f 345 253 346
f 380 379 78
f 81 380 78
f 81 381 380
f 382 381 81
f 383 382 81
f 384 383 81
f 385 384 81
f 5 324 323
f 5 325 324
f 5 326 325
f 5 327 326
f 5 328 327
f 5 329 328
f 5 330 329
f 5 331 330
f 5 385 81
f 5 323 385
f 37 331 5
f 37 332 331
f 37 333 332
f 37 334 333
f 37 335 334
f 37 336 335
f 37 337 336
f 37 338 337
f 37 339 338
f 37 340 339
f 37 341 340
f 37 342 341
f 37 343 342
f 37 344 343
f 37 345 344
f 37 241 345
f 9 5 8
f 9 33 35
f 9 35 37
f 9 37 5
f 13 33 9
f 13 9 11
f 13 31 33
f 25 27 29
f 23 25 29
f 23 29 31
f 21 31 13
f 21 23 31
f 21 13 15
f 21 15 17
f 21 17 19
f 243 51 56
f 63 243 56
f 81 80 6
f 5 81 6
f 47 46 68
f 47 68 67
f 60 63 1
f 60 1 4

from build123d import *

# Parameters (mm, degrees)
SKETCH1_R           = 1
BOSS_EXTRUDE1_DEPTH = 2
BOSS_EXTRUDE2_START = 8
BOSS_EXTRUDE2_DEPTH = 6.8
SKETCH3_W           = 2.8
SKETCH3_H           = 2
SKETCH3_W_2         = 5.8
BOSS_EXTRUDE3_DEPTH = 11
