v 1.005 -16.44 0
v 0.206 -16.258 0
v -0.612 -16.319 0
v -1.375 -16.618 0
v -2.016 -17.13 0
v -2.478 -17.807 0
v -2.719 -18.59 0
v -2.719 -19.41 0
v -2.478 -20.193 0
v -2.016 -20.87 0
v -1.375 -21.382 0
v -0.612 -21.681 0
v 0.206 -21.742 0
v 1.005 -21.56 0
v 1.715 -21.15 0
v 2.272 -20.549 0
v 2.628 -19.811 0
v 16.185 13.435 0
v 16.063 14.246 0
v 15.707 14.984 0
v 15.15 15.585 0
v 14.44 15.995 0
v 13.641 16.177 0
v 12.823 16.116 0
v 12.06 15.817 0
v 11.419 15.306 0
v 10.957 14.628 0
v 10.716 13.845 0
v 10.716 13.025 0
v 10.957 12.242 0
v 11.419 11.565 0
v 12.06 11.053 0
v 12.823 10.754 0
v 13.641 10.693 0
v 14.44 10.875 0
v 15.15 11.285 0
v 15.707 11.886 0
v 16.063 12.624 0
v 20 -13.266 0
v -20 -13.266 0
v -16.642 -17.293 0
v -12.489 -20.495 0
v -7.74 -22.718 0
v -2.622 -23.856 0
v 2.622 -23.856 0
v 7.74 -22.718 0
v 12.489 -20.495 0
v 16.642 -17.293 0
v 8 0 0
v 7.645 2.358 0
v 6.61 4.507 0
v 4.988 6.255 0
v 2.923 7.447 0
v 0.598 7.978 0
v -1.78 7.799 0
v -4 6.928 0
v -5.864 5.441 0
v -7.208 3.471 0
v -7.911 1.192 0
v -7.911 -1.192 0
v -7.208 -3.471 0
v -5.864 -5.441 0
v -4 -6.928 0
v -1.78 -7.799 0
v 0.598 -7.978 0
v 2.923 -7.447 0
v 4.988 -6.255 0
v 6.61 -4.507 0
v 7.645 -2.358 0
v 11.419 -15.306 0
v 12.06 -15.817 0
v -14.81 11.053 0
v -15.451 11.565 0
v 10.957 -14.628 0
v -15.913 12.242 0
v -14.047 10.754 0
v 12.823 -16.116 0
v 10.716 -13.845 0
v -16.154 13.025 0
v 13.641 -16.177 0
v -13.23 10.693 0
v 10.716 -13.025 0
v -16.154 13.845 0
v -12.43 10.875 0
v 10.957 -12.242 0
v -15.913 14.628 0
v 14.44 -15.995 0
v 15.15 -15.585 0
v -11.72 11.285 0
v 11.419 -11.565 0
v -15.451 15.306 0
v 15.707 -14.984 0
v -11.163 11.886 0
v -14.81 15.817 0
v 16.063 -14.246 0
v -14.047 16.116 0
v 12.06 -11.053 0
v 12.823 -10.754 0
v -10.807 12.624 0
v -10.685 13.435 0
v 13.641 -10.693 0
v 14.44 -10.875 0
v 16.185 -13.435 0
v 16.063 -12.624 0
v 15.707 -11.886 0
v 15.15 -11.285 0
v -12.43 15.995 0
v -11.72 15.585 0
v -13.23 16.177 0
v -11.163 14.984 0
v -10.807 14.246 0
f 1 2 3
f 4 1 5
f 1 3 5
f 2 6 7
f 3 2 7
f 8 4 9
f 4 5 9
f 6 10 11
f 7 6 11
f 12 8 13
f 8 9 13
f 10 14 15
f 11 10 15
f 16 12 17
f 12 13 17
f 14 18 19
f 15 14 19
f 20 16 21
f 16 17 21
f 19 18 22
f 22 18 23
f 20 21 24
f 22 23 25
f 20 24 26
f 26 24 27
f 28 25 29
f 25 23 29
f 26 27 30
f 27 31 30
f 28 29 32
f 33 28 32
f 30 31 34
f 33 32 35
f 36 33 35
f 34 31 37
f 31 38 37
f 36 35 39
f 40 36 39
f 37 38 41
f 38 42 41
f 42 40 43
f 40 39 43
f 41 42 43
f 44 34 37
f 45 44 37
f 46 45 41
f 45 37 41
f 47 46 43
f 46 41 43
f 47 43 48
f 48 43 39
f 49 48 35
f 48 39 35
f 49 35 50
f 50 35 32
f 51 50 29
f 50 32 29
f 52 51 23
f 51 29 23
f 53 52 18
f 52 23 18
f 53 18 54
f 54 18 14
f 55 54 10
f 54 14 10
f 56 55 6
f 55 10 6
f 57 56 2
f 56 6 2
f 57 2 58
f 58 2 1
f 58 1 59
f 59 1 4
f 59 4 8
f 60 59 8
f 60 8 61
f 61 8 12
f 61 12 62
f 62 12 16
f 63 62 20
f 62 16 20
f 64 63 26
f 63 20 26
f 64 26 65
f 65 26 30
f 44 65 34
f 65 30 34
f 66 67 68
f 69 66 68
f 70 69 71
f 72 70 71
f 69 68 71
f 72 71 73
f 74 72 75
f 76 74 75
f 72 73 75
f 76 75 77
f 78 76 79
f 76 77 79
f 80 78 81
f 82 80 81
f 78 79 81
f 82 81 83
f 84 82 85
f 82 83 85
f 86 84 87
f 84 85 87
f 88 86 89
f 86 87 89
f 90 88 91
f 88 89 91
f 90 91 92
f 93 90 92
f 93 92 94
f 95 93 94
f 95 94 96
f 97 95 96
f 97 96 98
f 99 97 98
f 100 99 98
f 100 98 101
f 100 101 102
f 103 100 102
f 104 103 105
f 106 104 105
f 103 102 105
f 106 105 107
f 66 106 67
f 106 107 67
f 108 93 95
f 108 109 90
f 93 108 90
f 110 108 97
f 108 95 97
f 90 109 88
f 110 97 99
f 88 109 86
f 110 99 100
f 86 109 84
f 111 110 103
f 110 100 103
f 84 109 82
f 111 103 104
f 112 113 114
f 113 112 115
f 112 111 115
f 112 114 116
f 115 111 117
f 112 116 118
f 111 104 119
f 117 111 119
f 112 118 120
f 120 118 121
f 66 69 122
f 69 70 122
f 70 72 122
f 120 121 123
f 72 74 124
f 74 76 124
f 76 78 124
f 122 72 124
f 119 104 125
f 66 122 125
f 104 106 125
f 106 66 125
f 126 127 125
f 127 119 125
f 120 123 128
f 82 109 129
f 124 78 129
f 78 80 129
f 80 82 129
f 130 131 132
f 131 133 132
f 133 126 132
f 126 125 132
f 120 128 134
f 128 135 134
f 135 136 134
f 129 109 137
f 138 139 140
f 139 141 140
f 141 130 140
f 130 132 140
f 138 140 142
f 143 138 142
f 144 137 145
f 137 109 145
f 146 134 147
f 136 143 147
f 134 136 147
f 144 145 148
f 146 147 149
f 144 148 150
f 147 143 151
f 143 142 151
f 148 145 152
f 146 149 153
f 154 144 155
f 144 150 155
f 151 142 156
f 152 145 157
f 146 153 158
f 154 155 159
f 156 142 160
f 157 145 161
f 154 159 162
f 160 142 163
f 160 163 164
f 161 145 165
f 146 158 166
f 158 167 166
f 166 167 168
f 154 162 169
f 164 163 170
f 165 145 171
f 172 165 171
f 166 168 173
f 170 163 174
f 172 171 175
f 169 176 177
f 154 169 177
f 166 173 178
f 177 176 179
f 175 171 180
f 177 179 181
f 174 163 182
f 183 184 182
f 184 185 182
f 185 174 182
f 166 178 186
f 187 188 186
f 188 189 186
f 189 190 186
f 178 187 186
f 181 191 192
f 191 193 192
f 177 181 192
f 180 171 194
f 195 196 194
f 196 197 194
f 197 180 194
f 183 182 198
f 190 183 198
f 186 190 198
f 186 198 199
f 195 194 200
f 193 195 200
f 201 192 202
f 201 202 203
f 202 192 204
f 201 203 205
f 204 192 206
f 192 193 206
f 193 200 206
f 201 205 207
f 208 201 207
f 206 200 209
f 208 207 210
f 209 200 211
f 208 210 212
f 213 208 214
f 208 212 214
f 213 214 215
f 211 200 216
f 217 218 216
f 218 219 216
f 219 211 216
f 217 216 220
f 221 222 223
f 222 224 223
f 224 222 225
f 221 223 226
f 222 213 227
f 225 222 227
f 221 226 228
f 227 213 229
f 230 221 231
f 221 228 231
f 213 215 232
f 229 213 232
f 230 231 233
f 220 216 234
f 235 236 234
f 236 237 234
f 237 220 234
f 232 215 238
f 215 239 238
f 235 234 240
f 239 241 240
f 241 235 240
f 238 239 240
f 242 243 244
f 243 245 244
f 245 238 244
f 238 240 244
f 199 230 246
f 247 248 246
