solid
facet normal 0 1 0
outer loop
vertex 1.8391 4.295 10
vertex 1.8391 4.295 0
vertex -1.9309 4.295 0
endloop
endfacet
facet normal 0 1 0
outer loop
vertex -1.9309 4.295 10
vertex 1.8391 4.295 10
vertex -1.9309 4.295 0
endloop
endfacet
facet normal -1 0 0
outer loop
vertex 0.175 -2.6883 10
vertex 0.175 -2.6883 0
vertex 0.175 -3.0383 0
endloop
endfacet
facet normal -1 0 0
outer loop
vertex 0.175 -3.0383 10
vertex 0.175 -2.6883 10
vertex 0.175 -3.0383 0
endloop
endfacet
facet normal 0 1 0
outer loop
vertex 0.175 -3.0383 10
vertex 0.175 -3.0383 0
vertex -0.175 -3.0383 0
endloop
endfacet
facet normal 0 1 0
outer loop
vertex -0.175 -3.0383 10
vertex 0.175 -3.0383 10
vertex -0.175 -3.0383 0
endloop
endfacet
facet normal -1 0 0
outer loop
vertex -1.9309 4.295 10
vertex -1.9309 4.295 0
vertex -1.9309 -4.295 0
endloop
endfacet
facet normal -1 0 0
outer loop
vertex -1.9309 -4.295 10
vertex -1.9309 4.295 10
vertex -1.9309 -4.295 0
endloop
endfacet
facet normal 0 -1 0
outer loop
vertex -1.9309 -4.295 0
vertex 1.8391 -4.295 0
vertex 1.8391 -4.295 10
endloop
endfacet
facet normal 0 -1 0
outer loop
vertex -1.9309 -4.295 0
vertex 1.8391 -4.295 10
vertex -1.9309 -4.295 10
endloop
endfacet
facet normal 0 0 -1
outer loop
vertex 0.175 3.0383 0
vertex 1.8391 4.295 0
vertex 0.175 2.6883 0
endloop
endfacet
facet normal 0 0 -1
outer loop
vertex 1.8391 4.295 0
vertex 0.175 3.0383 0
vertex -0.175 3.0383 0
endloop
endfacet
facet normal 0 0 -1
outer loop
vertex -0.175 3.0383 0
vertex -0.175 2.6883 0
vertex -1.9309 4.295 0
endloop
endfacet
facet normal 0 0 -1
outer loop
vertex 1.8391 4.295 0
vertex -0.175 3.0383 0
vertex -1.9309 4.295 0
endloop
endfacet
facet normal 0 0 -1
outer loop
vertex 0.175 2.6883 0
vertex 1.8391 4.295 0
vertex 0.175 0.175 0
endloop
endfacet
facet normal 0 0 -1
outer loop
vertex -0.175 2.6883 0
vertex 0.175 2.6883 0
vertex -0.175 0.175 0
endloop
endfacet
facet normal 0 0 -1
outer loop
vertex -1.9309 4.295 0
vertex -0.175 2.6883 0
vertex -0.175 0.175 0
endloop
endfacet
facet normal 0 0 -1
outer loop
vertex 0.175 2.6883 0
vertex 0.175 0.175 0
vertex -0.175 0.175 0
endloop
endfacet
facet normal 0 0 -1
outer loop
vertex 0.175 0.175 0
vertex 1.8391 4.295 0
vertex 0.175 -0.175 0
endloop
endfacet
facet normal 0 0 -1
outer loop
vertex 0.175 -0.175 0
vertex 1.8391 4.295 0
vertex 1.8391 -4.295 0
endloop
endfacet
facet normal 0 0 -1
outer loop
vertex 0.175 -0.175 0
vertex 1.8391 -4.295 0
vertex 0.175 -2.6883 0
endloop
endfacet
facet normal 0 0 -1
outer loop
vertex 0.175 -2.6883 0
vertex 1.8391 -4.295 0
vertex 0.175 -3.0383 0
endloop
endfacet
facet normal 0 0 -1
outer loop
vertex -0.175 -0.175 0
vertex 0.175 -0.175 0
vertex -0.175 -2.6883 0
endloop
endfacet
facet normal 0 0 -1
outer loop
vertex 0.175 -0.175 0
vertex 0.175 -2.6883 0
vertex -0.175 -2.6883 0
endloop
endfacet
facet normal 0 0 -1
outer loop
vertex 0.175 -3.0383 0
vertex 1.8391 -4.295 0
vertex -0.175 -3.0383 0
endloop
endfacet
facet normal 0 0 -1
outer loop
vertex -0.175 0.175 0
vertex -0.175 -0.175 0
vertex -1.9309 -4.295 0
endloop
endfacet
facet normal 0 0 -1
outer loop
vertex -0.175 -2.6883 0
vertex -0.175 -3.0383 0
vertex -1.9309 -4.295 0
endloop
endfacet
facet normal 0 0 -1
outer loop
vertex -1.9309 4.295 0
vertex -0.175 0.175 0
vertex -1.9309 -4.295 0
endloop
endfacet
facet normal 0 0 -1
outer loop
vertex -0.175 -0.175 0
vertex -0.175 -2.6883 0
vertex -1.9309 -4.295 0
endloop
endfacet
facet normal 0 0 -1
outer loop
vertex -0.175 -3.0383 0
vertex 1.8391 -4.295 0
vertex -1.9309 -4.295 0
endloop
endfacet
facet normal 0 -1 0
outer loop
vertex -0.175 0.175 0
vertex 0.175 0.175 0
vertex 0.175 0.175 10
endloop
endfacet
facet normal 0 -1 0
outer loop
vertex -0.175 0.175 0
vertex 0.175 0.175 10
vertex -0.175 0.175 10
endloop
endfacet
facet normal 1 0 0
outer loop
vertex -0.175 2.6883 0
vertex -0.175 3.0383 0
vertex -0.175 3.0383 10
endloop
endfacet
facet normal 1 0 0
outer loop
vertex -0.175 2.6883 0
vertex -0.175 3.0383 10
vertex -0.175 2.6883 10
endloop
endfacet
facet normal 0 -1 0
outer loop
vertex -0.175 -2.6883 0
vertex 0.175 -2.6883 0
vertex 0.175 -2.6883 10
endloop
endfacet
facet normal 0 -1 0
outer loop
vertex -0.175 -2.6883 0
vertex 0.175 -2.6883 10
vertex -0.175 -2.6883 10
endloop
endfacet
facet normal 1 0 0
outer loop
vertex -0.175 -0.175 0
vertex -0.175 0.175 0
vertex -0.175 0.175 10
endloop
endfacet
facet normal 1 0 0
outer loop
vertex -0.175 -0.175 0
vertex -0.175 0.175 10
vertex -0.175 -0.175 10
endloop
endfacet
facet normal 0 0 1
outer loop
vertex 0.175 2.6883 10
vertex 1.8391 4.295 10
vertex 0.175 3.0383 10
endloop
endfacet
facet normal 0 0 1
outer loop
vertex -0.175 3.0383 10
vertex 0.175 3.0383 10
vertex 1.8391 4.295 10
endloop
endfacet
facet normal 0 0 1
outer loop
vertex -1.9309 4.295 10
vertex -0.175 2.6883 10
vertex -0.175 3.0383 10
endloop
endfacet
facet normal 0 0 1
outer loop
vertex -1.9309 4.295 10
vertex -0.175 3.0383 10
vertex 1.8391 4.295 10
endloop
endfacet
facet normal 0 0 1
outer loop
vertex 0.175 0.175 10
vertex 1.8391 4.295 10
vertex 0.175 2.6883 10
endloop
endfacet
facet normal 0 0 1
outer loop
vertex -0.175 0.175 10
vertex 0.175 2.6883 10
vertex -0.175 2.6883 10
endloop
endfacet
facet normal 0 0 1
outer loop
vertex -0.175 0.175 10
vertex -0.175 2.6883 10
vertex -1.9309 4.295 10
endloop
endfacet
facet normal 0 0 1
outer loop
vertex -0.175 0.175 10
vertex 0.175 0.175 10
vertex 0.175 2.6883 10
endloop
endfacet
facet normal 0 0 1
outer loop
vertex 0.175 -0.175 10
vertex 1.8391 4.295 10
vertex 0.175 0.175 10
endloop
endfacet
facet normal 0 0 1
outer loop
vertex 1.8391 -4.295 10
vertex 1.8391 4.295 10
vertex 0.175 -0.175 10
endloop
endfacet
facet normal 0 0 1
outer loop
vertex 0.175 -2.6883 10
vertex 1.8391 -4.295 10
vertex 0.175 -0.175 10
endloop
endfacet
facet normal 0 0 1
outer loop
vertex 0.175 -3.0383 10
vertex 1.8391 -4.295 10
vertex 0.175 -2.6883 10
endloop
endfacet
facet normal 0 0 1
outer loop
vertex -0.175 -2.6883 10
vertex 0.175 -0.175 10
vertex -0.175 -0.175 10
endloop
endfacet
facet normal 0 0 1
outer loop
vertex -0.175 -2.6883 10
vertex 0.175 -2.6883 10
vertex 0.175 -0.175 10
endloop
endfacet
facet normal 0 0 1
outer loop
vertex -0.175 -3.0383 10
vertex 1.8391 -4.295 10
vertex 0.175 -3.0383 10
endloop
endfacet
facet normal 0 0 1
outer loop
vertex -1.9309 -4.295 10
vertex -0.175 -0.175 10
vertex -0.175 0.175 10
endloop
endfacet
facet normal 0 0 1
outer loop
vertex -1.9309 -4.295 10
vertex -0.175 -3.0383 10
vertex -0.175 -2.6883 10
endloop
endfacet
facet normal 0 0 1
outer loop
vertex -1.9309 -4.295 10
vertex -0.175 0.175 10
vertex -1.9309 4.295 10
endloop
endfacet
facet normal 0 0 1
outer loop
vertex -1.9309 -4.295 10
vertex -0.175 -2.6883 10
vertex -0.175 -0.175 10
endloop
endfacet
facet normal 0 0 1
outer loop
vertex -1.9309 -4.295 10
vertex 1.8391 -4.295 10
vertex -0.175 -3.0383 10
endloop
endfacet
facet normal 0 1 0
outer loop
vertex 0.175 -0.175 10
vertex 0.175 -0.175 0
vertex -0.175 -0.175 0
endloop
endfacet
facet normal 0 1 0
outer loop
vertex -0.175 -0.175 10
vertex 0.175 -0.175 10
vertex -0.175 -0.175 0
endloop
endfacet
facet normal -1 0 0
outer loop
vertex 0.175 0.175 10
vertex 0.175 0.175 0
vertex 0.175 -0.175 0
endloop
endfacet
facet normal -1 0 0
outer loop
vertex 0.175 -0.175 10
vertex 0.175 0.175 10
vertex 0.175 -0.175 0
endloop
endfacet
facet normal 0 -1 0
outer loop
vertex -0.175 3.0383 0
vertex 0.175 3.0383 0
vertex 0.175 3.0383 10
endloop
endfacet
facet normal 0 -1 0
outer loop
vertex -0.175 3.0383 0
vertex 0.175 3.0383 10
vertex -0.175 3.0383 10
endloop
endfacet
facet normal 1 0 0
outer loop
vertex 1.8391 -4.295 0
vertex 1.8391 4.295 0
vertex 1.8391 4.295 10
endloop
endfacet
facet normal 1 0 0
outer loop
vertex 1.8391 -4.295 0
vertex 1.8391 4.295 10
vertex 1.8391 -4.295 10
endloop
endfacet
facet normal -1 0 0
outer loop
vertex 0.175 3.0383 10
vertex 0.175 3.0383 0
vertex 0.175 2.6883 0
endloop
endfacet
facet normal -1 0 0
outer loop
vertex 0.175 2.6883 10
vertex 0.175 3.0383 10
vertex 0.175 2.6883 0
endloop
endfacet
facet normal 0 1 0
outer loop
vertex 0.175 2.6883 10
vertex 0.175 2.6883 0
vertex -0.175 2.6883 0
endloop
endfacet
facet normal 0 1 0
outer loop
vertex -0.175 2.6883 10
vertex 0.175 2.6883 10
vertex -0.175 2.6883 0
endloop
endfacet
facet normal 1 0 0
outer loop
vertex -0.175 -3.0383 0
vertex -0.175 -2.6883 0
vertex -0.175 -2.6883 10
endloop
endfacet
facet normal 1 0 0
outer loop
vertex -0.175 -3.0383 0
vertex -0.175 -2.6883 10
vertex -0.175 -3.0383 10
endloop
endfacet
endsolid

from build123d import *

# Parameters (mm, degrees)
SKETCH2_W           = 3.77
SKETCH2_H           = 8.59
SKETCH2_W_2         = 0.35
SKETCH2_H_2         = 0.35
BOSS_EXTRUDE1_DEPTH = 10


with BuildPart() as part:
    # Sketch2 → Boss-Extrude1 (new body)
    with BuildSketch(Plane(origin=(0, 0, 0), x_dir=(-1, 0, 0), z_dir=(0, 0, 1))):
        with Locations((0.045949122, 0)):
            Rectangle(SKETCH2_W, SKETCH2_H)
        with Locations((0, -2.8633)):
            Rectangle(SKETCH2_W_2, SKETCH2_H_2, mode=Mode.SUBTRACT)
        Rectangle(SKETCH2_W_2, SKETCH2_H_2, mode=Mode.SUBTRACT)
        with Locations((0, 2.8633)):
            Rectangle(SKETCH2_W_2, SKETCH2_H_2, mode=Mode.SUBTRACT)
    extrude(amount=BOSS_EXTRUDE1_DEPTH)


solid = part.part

◆ **Your assignment**
Only one stretch of the records above is wanted: the lines between the one holding "f 110 97 99" and the one holding "f 220 216 234", inclusive, reproduced exactly.

◆ **Answer space**
f 110 97 99
f 88 109 86
f 110 99 100
f 86 109 84
f 111 110 103
f 110 100 103
f 84 109 82
f 111 103 104
f 112 113 114
f 113 112 115
f 112 111 115
f 112 114 116
f 115 111 117
f 112 116 118
f 111 104 119
f 117 111 119
f 112 118 120
f 120 118 121
f 66 69 122
f 69 70 122
f 70 72 122
f 120 121 123
f 72 74 124
f 74 76 124
f 76 78 124
f 122 72 124
f 119 104 125
f 66 122 125
f 104 106 125
f 106 66 125
f 126 127 125
f 127 119 125
f 120 123 128
f 82 109 129
f 124 78 129
f 78 80 129
f 80 82 129
f 130 131 132
f 131 133 132
f 133 126 132
f 126 125 132
f 120 128 134
f 128 135 134
f 135 136 134
f 129 109 137
f 138 139 140
f 139 141 140
f 141 130 140
f 130 132 140
f 138 140 142
f 143 138 142
f 144 137 145
f 137 109 145
f 146 134 147
f 136 143 147
f 134 136 147
f 144 145 148
f 146 147 149
f 144 148 150
f 147 143 151
f 143 142 151
f 148 145 152
f 146 149 153
f 154 144 155
f 144 150 155
f 151 142 156
f 152 145 157
f 146 153 158
f 154 155 159
f 156 142 160
f 157 145 161
f 154 159 162
f 160 142 163
f 160 163 164
f 161 145 165
f 146 158 166
f 158 167 166
f 166 167 168
f 154 162 169
f 164 163 170
f 165 145 171
f 172 165 171
f 166 168 173
f 170 163 174
f 172 171 175
f 169 176 177
f 154 169 177
f 166 173 178
f 177 176 179
f 175 171 180
f 177 179 181
f 174 163 182
f 183 184 182
f 184 185 182
f 185 174 182
f 166 178 186
f 187 188 186
f 188 189 186
f 189 190 186
f 178 187 186
f 181 191 192
f 191 193 192
f 177 181 192
f 180 171 194
f 195 196 194
f 196 197 194
f 197 180 194
f 183 182 198
f 190 183 198
f 186 190 198
f 186 198 199
f 195 194 200
f 193 195 200
f 201 192 202
f 201 202 203
f 202 192 204
f 201 203 205
f 204 192 206
f 192 193 206
f 193 200 206
f 201 205 207
f 208 201 207
f 206 200 209
f 208 207 210
f 209 200 211
f 208 210 212
f 213 208 214
f 208 212 214
f 213 214 215
f 211 200 216
f 217 218 216
f 218 219 216
f 219 211 216
f 217 216 220
f 221 222 223
f 222 224 223
f 224 222 225
f 221 223 226
f 222 213 227
f 225 222 227
f 221 226 228
f 227 213 229
f 230 221 231
f 221 228 231
f 213 215 232
f 229 213 232
f 230 231 233
f 220 216 234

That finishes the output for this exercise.